(EXERCISE MATERIAL begins)

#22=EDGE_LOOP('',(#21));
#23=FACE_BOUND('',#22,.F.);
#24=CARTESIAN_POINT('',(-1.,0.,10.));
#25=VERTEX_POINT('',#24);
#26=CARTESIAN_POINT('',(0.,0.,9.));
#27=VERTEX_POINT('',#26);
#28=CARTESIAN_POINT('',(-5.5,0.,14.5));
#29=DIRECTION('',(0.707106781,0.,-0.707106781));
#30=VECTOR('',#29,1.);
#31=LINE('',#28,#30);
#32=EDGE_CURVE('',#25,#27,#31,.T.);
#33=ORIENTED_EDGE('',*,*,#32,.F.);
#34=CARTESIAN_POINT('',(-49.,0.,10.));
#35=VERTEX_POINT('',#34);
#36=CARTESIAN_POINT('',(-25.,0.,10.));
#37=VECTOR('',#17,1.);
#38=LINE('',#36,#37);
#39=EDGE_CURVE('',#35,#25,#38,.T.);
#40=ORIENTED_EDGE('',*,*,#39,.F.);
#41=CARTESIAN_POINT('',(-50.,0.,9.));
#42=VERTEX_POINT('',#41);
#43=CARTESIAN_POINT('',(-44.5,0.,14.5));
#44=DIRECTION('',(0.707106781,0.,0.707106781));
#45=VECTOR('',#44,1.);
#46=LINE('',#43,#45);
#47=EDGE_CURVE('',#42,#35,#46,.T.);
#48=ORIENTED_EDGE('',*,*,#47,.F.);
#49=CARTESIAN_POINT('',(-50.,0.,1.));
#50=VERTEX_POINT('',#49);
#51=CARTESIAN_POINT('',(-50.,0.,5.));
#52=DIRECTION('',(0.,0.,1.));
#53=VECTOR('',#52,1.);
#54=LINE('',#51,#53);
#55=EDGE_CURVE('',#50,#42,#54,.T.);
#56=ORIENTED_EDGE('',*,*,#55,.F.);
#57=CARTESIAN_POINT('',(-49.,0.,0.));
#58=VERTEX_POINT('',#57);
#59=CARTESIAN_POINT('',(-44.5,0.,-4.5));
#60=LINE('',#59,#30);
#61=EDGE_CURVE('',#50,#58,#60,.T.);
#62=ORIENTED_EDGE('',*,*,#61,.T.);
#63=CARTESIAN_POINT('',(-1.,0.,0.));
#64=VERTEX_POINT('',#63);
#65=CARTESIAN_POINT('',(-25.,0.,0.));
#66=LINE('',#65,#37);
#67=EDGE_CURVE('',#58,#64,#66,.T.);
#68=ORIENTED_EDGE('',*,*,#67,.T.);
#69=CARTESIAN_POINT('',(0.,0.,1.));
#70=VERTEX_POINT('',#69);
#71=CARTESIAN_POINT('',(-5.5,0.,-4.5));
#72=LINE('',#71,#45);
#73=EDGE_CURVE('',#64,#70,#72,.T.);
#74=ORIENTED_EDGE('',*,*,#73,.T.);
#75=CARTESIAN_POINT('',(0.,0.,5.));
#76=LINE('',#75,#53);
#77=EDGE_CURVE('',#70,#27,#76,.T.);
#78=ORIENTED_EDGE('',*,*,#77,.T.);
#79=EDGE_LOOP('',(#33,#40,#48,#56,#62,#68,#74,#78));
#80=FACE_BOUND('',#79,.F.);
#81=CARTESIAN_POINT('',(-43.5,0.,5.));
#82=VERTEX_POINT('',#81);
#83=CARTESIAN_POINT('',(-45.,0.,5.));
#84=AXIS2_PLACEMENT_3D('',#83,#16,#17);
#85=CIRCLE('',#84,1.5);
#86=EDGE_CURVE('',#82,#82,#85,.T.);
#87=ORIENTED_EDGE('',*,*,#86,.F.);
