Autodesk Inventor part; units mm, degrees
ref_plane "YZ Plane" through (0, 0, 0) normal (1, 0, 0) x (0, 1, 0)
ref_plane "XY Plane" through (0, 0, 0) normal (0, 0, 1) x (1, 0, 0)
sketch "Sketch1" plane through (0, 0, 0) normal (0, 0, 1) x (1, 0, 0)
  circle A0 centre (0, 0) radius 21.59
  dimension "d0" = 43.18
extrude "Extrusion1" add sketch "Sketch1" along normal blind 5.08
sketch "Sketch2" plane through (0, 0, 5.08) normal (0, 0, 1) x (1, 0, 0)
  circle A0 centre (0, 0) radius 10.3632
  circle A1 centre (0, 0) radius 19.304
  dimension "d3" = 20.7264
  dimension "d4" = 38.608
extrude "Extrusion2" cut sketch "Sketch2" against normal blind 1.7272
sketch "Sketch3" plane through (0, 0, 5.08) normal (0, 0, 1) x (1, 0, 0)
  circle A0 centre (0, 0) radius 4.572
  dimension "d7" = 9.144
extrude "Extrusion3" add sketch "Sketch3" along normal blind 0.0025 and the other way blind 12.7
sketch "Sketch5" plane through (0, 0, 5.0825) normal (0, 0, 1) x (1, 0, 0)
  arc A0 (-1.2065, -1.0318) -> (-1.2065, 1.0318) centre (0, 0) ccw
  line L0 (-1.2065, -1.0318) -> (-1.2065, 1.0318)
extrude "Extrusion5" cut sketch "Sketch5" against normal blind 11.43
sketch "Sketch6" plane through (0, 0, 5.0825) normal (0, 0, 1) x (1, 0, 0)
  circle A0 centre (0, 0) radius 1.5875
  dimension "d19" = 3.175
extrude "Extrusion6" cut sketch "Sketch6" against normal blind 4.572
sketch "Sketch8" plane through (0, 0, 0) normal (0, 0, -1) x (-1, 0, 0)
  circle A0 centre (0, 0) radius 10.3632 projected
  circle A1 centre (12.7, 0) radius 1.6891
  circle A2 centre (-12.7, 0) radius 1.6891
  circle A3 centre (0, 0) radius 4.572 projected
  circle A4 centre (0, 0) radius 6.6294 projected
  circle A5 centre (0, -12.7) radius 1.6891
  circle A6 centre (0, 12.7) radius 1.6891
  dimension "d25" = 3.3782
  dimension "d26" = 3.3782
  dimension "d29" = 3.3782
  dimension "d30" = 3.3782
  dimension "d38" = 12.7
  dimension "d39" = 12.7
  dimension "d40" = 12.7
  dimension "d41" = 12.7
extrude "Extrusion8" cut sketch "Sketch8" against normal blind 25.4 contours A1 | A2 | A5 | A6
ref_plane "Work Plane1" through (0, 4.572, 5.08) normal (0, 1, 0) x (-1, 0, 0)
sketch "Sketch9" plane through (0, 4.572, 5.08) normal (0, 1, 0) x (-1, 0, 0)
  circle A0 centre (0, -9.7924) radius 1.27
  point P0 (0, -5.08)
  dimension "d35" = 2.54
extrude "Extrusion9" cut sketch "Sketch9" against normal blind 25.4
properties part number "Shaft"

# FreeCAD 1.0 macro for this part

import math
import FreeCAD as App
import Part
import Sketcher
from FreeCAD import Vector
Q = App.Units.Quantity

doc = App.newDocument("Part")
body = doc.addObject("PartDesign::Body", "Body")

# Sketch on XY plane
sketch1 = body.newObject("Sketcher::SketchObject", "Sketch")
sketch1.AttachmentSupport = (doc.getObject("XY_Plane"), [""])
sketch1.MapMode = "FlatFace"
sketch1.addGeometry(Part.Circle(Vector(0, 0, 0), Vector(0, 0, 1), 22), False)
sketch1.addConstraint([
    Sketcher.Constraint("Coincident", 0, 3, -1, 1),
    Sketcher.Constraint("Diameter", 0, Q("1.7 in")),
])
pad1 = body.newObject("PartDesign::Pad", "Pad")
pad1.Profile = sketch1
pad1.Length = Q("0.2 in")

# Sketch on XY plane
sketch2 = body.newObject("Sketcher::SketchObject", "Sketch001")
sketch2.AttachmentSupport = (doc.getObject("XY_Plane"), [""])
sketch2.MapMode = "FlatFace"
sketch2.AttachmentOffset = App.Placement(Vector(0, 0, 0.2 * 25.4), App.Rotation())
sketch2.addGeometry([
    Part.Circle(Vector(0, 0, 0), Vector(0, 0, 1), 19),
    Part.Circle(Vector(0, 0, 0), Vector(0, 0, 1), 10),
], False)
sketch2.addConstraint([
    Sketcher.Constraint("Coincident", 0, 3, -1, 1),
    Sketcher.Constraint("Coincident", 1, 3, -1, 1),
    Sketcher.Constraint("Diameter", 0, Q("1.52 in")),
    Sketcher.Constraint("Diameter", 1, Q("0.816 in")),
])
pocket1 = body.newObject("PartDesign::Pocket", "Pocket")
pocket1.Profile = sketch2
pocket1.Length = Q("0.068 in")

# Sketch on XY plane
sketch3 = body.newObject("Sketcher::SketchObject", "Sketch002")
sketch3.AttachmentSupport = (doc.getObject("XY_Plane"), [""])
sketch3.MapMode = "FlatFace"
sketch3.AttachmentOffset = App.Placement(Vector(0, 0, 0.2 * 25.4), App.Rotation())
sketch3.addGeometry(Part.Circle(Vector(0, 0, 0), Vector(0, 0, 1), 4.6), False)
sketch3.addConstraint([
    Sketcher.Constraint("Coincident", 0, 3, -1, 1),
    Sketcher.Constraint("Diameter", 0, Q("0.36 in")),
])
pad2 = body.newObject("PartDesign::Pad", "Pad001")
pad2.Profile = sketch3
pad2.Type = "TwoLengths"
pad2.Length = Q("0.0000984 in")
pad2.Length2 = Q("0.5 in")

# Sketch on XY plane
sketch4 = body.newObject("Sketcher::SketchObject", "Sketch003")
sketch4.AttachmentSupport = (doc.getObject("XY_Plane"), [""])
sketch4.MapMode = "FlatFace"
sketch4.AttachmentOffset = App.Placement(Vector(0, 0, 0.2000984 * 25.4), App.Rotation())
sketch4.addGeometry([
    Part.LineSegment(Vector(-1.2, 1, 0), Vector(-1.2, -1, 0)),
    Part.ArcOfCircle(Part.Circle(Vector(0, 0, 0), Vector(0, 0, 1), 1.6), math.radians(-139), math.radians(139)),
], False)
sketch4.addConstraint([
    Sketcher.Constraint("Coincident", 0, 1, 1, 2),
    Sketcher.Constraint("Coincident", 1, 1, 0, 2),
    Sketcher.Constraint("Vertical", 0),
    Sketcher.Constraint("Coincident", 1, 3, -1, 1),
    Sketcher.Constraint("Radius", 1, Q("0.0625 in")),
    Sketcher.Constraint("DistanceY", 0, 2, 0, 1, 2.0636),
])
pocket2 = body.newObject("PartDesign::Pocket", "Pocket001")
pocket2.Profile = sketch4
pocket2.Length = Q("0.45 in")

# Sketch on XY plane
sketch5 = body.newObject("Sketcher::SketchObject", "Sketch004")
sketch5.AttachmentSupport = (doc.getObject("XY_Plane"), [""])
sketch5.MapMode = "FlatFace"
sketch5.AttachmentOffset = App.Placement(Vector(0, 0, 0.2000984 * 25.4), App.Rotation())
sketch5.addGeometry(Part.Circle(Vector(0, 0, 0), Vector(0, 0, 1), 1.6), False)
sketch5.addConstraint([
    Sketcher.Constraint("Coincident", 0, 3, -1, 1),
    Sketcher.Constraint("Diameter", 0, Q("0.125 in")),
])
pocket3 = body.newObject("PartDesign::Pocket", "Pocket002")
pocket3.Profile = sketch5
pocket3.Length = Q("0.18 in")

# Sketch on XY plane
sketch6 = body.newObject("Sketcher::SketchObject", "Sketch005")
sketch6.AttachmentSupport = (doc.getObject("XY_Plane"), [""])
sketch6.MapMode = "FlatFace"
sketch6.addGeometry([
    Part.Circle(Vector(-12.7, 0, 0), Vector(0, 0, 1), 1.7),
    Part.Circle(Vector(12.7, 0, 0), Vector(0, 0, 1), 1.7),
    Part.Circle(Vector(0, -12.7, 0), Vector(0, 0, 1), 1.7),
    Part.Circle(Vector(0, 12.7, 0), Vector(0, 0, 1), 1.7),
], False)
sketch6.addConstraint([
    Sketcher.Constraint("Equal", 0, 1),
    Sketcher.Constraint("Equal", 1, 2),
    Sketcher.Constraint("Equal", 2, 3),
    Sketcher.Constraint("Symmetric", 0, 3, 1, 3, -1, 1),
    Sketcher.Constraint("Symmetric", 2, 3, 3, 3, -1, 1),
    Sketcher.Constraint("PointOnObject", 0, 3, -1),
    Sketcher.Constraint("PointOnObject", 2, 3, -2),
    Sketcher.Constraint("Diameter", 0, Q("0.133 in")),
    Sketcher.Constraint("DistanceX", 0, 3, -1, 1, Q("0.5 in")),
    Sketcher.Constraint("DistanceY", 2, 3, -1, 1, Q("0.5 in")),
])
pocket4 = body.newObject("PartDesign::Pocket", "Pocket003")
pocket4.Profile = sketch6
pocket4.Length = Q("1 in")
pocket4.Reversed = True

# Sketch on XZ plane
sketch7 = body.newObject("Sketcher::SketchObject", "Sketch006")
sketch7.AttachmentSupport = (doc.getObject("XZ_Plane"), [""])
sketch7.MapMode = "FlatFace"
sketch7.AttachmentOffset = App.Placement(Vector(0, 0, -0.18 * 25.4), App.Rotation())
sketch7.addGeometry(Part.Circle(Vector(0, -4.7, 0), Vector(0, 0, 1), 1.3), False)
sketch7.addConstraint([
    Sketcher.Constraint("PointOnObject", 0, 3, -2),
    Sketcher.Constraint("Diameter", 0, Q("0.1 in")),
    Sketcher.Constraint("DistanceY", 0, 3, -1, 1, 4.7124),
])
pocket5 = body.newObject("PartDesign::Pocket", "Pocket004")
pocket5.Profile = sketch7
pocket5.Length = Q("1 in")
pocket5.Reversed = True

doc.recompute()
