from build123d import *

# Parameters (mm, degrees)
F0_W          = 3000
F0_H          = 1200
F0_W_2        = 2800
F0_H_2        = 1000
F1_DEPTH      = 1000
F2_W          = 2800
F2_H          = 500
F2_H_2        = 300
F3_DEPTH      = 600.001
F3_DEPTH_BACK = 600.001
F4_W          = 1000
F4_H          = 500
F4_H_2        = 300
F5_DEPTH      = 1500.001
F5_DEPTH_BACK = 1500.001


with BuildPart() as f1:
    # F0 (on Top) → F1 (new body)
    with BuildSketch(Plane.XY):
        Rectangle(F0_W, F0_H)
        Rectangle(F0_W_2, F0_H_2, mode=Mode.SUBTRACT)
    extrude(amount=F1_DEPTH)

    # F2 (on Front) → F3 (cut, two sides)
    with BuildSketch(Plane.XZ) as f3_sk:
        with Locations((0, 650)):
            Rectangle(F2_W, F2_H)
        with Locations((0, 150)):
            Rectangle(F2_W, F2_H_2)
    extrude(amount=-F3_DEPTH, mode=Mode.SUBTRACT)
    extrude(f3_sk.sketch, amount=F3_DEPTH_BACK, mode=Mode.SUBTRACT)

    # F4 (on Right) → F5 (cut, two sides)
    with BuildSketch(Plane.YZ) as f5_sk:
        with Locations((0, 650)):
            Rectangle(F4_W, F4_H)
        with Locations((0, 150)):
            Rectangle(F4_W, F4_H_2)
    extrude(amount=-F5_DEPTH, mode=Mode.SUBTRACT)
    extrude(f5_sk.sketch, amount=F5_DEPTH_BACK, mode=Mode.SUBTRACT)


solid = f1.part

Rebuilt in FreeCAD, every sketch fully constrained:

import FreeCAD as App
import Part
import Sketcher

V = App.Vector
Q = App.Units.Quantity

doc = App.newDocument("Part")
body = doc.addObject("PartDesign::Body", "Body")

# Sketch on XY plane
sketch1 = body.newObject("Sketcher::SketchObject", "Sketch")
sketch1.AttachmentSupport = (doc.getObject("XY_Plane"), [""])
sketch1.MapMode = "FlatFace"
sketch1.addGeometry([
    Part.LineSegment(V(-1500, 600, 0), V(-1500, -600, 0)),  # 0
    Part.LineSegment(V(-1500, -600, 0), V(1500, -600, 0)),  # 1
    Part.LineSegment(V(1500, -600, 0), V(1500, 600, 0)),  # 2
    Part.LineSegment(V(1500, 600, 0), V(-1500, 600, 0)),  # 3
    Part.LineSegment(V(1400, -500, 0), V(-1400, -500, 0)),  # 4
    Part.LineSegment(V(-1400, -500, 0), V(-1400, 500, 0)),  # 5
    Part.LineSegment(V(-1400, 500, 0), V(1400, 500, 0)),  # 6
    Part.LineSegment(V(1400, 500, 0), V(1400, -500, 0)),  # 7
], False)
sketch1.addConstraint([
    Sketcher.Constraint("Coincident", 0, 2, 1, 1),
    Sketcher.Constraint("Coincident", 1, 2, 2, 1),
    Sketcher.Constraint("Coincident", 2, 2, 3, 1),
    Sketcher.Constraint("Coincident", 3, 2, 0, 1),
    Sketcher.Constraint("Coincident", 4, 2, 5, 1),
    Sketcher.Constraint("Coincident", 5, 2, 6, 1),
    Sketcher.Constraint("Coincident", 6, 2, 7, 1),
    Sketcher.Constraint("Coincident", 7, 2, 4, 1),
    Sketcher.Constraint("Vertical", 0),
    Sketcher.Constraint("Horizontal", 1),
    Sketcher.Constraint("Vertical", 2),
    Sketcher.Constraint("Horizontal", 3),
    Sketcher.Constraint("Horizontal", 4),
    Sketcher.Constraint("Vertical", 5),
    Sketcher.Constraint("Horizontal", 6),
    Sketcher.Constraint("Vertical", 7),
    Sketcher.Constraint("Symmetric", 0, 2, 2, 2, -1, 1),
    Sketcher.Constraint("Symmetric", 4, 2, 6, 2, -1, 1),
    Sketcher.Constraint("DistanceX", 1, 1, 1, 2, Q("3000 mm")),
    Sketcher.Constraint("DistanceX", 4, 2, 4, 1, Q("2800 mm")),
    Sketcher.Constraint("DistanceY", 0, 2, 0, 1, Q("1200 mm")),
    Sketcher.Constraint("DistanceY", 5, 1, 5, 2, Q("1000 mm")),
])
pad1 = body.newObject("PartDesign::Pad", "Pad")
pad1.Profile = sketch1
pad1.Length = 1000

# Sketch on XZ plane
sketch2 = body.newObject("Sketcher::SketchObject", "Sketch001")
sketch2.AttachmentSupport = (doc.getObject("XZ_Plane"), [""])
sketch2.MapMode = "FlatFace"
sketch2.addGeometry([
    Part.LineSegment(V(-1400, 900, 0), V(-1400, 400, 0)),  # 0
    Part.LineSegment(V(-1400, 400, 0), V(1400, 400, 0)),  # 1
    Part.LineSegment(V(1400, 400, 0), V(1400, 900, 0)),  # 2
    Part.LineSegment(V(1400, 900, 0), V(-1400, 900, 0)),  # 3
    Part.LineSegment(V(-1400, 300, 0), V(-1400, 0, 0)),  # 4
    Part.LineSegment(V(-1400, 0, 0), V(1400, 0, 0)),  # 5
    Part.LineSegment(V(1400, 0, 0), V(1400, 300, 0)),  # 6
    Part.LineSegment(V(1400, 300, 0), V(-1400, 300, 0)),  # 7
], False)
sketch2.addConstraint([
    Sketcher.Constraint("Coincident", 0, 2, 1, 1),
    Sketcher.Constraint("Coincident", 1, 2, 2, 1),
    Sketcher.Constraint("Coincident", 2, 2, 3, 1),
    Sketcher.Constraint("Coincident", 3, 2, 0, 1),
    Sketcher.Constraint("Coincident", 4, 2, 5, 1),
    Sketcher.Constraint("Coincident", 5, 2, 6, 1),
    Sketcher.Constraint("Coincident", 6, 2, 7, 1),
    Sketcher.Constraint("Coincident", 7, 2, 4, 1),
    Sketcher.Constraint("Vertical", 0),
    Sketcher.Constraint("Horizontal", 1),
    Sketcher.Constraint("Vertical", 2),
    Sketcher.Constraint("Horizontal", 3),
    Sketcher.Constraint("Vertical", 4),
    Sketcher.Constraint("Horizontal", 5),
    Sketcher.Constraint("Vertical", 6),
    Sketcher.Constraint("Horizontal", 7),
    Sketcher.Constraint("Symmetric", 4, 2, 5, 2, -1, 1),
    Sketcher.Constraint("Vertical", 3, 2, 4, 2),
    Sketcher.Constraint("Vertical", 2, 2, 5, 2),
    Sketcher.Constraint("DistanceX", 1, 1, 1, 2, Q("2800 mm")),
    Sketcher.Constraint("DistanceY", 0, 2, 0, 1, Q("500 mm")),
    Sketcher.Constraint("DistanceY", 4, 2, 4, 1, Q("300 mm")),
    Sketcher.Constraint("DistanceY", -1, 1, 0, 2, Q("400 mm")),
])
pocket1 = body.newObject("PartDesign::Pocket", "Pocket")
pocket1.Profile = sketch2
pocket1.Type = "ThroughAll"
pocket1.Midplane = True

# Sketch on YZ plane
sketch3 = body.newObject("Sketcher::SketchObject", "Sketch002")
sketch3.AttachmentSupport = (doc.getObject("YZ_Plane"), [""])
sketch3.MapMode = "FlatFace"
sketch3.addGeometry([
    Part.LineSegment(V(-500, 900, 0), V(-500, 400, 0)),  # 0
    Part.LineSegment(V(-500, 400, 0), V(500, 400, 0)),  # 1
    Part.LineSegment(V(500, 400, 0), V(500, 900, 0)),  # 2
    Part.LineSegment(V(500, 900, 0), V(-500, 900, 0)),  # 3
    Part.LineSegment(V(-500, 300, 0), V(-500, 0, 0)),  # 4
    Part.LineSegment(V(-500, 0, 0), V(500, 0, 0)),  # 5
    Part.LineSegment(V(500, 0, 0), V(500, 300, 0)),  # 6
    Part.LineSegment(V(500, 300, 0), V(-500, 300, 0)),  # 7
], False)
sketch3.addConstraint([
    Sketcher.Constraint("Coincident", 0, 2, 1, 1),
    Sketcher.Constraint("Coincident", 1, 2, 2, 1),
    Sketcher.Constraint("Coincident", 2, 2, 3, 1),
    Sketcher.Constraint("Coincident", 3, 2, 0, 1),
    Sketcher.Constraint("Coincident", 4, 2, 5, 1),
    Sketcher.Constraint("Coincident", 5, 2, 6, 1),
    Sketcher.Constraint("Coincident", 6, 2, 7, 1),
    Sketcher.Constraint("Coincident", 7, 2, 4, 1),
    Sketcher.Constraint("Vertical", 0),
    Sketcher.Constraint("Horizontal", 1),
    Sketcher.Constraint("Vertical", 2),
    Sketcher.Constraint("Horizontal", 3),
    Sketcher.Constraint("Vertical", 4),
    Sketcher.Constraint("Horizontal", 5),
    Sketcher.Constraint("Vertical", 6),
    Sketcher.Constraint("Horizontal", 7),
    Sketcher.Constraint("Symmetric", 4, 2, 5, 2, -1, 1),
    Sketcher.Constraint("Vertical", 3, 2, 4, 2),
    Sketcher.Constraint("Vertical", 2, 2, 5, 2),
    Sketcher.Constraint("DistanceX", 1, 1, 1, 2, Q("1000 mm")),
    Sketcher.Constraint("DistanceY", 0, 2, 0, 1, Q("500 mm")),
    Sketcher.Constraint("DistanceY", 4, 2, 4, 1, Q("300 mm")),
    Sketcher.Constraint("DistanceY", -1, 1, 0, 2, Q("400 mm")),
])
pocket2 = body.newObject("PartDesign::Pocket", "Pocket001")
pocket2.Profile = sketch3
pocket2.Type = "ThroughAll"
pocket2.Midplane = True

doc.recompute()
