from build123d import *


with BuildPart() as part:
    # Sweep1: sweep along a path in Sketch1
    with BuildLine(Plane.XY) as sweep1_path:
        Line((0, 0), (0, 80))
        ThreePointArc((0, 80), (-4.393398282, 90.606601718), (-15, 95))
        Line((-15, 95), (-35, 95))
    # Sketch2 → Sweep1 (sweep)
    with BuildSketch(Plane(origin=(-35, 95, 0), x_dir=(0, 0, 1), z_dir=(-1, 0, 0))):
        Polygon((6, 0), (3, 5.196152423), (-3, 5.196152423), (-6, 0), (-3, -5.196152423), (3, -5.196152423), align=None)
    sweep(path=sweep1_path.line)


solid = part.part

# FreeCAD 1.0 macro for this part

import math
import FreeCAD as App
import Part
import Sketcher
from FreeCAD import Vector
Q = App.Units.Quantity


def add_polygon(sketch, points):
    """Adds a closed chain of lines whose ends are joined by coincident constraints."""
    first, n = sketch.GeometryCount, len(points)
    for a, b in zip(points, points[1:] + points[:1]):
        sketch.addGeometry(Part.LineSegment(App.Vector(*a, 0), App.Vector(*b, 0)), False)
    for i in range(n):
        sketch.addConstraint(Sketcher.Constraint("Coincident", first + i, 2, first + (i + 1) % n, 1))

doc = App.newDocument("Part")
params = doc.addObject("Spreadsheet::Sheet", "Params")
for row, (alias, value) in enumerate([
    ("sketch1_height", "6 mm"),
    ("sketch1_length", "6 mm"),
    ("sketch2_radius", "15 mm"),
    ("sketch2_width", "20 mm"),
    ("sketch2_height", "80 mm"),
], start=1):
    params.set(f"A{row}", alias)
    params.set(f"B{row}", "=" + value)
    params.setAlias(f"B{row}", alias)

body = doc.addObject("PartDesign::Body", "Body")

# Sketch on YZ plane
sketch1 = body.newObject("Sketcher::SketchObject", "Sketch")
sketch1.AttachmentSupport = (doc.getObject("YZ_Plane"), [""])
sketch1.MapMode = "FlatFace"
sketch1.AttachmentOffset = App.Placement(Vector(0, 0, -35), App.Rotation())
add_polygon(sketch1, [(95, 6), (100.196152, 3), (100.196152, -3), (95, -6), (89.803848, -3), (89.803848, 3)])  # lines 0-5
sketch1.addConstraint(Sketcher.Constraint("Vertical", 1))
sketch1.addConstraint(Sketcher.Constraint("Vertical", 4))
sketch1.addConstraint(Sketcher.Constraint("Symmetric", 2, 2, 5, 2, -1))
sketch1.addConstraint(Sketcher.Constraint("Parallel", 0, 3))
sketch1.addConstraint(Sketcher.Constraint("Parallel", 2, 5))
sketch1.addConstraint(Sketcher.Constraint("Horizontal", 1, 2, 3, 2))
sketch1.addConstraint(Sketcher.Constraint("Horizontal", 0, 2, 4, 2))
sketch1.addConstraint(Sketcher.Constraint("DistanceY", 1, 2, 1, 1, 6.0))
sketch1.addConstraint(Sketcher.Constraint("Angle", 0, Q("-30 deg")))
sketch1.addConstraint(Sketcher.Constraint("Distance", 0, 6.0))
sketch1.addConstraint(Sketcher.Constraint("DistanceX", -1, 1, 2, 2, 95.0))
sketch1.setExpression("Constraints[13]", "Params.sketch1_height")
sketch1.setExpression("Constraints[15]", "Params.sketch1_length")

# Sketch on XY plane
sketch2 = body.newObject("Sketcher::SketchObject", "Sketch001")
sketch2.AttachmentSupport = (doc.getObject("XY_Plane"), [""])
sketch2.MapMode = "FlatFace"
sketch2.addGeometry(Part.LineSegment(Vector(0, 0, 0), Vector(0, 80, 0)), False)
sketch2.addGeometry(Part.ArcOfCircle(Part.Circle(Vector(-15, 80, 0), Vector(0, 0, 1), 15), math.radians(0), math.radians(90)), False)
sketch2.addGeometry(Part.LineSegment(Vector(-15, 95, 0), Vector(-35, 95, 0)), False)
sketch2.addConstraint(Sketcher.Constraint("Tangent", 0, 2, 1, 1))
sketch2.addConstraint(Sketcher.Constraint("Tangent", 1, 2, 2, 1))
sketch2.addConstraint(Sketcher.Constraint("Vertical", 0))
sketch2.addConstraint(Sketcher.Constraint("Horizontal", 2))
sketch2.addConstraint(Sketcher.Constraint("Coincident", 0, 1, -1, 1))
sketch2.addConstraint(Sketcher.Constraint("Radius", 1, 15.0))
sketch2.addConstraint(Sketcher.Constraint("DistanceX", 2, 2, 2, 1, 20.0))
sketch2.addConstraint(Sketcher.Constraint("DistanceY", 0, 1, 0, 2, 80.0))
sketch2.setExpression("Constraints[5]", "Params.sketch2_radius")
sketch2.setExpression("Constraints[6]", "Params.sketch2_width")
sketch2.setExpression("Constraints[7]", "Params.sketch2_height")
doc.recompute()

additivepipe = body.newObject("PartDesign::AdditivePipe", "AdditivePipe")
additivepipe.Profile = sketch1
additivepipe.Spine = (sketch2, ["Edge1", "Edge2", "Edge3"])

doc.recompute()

(EXERCISE MATERIAL ends)

- **REQUIRED ACTION**: In the records above, how many lines hold the string "with"? Give the number only.

- **SOLUTION TO THE PROBLEM**: 11